[Information given Boundary: Start]

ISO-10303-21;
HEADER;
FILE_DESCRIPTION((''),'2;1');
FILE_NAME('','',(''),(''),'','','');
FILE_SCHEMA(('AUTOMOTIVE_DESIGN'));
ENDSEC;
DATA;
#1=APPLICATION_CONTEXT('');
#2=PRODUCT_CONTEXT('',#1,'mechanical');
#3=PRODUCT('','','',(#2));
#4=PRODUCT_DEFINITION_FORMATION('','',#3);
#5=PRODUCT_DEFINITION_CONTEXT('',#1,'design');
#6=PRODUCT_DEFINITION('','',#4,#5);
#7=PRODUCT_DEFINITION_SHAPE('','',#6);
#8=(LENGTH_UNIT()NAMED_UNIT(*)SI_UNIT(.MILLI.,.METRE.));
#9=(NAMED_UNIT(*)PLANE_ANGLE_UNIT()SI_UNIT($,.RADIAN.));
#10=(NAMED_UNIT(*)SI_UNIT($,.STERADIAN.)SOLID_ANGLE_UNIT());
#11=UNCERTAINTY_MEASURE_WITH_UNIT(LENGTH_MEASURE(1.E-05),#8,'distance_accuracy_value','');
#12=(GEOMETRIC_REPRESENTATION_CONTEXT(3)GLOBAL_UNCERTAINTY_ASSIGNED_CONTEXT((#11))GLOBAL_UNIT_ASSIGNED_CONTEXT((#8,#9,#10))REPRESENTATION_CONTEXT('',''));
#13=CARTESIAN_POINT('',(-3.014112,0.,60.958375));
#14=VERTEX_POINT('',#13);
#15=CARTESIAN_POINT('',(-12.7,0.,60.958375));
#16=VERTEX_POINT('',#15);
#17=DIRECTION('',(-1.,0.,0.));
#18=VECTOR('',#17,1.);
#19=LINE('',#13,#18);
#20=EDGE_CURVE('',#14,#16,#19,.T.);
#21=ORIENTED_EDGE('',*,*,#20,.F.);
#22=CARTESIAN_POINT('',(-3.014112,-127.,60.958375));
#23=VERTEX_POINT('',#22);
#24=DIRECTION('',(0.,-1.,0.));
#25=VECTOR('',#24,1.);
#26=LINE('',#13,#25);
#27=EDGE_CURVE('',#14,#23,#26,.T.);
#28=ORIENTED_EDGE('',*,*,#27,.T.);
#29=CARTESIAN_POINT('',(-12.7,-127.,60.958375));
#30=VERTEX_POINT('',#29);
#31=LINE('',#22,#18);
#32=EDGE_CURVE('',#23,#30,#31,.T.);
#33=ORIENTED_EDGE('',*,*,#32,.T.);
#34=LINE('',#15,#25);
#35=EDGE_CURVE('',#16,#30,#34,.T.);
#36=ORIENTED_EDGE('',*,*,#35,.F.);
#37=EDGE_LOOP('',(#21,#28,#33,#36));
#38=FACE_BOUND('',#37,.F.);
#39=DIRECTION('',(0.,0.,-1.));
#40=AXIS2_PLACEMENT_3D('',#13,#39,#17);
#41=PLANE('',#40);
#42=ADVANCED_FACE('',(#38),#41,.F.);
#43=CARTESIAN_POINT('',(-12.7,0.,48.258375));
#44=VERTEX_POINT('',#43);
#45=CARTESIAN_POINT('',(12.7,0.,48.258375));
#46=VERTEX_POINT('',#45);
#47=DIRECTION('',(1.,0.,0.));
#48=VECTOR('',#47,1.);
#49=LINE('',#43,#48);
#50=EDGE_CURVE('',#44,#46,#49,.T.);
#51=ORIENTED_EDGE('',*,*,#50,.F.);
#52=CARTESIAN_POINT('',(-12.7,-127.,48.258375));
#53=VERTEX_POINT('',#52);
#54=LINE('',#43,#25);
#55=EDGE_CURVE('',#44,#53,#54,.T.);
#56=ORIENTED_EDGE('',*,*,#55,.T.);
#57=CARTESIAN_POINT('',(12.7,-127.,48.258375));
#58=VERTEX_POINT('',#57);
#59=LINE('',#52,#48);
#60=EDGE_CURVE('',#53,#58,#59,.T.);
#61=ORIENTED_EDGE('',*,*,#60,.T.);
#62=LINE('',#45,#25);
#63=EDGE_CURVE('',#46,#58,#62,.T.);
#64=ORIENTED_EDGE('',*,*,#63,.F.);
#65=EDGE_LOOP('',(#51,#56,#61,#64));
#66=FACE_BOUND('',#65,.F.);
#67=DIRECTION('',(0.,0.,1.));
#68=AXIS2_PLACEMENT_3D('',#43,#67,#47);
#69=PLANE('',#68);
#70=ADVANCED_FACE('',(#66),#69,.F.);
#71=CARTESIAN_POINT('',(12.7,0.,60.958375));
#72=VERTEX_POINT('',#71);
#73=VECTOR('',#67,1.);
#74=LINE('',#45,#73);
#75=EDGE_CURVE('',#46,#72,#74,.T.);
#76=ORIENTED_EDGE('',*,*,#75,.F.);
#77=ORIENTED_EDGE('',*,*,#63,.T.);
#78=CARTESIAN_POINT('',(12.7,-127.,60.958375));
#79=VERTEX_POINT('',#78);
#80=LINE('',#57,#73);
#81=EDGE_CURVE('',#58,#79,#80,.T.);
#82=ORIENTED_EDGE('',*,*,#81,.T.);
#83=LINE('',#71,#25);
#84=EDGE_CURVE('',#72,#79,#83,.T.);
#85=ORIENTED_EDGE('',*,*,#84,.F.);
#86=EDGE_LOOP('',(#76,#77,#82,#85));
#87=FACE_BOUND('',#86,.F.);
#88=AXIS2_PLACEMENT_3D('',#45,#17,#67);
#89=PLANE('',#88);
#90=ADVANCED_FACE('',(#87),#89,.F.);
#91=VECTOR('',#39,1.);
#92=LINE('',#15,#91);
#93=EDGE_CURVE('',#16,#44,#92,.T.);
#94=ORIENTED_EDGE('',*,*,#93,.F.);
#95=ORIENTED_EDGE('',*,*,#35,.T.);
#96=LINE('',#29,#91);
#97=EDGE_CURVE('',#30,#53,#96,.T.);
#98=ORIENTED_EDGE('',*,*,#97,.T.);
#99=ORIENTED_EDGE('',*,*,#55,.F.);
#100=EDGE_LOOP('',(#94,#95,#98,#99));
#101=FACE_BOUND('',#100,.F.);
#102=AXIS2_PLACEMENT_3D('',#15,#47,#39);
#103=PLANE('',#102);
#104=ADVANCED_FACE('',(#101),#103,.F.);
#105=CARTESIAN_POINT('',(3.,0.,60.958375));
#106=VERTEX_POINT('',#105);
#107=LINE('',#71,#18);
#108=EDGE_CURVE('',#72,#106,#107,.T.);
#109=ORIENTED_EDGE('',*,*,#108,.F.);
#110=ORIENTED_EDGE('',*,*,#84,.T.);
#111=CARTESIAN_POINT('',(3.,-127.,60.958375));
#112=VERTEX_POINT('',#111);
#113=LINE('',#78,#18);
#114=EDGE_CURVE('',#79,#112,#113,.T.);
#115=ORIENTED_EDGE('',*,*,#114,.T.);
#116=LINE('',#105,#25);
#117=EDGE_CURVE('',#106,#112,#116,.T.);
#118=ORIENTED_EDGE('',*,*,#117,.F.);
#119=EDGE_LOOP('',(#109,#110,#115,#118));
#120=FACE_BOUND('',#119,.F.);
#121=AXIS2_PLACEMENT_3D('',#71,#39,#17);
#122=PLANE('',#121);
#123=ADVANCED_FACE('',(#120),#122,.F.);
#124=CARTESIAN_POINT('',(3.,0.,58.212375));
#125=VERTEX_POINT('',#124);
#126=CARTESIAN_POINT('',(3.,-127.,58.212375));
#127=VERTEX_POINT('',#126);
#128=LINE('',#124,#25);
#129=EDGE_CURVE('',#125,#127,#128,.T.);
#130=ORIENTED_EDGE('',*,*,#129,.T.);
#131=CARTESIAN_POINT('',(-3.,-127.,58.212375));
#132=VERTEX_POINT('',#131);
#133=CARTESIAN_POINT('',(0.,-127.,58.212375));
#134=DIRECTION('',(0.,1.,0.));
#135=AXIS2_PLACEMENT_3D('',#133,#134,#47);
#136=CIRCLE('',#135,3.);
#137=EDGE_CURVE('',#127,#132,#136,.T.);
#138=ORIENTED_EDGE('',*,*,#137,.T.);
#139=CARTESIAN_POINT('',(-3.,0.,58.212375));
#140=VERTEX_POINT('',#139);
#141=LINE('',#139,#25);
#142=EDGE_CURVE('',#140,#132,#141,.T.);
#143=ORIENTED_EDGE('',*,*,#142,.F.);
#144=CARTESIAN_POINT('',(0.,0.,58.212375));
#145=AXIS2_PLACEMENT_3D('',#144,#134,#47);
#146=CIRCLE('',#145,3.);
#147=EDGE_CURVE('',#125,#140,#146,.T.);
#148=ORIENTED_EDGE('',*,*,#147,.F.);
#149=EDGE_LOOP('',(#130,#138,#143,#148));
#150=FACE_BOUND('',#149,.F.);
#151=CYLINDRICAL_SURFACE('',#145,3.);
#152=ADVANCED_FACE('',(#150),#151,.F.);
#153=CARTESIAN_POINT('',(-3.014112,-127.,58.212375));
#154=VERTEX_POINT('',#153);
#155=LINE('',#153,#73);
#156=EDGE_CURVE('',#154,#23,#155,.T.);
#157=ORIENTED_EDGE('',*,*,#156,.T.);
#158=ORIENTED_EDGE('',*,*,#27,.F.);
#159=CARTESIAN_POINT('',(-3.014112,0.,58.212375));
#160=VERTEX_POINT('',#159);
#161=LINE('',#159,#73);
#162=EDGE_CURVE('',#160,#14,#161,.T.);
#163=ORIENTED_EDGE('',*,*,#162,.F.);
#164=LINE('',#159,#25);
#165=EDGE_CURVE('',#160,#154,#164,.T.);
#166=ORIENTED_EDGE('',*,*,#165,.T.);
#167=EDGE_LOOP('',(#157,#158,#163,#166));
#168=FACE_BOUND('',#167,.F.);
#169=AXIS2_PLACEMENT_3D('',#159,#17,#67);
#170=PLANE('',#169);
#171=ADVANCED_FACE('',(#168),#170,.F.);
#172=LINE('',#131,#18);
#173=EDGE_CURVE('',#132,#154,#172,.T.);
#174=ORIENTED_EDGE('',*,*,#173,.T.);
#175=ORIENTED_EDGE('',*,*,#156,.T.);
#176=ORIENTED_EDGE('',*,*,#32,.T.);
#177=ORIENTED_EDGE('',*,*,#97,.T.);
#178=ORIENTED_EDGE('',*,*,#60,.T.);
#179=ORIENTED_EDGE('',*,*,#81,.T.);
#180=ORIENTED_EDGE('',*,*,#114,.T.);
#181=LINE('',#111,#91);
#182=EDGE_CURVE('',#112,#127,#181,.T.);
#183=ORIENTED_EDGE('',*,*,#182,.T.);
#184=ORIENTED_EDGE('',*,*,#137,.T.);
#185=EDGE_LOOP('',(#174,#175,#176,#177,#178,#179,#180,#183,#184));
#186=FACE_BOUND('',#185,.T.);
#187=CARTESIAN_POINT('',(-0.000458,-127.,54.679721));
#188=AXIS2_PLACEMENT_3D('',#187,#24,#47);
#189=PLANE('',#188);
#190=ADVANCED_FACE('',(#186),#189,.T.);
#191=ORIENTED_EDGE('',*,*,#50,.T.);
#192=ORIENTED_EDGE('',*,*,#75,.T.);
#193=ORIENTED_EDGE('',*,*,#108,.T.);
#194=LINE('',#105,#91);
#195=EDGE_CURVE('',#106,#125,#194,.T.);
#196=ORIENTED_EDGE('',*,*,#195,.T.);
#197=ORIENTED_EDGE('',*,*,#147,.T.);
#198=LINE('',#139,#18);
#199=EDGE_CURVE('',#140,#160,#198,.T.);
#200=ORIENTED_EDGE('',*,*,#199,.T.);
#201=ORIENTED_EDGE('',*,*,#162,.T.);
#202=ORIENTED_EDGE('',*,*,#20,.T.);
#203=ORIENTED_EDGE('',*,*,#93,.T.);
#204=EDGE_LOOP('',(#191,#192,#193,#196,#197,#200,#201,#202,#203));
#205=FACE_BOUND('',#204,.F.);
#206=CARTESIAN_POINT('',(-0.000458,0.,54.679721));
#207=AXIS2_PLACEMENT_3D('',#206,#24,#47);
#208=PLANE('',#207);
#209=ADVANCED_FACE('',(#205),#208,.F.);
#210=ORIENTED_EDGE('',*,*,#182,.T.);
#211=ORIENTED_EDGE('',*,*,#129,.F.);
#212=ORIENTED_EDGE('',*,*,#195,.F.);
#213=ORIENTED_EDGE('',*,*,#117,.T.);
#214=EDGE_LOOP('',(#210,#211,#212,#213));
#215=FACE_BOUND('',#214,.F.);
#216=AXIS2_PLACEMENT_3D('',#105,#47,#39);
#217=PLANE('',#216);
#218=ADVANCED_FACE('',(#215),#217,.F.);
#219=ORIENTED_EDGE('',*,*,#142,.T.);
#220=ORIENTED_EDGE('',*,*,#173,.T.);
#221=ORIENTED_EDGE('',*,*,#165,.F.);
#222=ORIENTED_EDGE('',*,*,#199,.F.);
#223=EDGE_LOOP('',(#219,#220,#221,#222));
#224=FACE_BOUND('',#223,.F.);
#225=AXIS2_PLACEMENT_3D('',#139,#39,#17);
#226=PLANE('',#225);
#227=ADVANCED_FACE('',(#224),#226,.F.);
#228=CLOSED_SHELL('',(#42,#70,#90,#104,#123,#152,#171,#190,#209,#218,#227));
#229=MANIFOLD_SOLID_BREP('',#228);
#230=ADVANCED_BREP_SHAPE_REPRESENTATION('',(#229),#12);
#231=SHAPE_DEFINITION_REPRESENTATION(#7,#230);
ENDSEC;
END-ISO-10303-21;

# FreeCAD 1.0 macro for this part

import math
import FreeCAD as App
import Part
import Sketcher

V = App.Vector
Q = App.Units.Quantity

doc = App.newDocument("Part")
body = doc.addObject("PartDesign::Body", "Body")

# Sketch on XZ plane
sketch1 = doc.addObject("Sketcher::SketchObject", "Sketch")
body.addObject(sketch1)
sketch1.AttachmentSupport = (doc.XZ_Plane, [""])
sketch1.MapMode = "FlatFace"
sketch1.addGeometry([
    Part.LineSegment(V(3, 60.958, 0), V(3, 58.212, 0)),  # 0
    Part.ArcOfCircle(Part.Circle(V(0, 58.212, 0), V(0, 0, 1), 3), math.radians(180), math.radians(360)),  # 1
    Part.LineSegment(V(-3, 58.212, 0), V(-3.014, 58.212, 0)),  # 2
    Part.LineSegment(V(-3.014, 58.212, 0), V(-3.014, 60.958, 0)),  # 3
    Part.LineSegment(V(-3.014, 60.958, 0), V(-12.7, 60.958, 0)),  # 4
    Part.LineSegment(V(-12.7, 60.958, 0), V(-12.7, 48.258, 0)),  # 5
    Part.LineSegment(V(-12.7, 48.258, 0), V(12.7, 48.258, 0)),  # 6
    Part.LineSegment(V(12.7, 48.258, 0), V(12.7, 60.958, 0)),  # 7
    Part.LineSegment(V(12.7, 60.958, 0), V(3, 60.958, 0)),  # 8
], False)
sketch1.addConstraint([
    Sketcher.Constraint("Tangent", 0, 2, 1, 2),
    Sketcher.Constraint("Coincident", 1, 1, 2, 1),
    Sketcher.Constraint("Coincident", 2, 2, 3, 1),
    Sketcher.Constraint("Coincident", 3, 2, 4, 1),
    Sketcher.Constraint("Coincident", 4, 2, 5, 1),
    Sketcher.Constraint("Coincident", 5, 2, 6, 1),
    Sketcher.Constraint("Coincident", 6, 2, 7, 1),
    Sketcher.Constraint("Coincident", 7, 2, 8, 1),
    Sketcher.Constraint("Coincident", 8, 2, 0, 1),
    Sketcher.Constraint("Vertical", 0),
    Sketcher.Constraint("Horizontal", 2),
    Sketcher.Constraint("Vertical", 3),
    Sketcher.Constraint("Horizontal", 4),
    Sketcher.Constraint("Vertical", 5),
    Sketcher.Constraint("Horizontal", 6),
    Sketcher.Constraint("Vertical", 7),
    Sketcher.Constraint("Horizontal", 8),
    Sketcher.Constraint("Symmetric", 0, 2, 1, 1, -2),
    Sketcher.Constraint("Symmetric", 4, 2, 7, 2, -2),
    Sketcher.Constraint("DistanceX", 6, 1, 6, 2, Q("1 in")),
    Sketcher.Constraint("DistanceY", 5, 2, 5, 1, Q("0.5 in")),
    Sketcher.Constraint("Radius", 1, Q("3 mm")),
    Sketcher.Constraint("DistanceY", 0, 2, 0, 1, Q("2.746 mm")),
    Sketcher.Constraint("DistanceX", 2, 2, 2, 1, Q("0.014112 mm")),
    Sketcher.Constraint("DistanceY", -1, 1, 1, 3, Q("58.212375 mm")),
])
pad1 = doc.addObject("PartDesign::Pad", "Pad")
body.addObject(pad1)
pad1.Profile = sketch1
pad1.Length = Q("5 in")

doc.recompute()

[Information given Boundary: End]

When the line with "#230=ADVANCED_BREP_SHAPE_REPRESENTATION('',(#229),#12);" is reached in the data above, begin copying, and stop after the line with "# FreeCAD 1.0 macro for this part"; copy each line exactly, both ends included.

#230=ADVANCED_BREP_SHAPE_REPRESENTATION('',(#229),#12);
#231=SHAPE_DEFINITION_REPRESENTATION(#7,#230);
ENDSEC;
END-ISO-10303-21;

# FreeCAD 1.0 macro for this part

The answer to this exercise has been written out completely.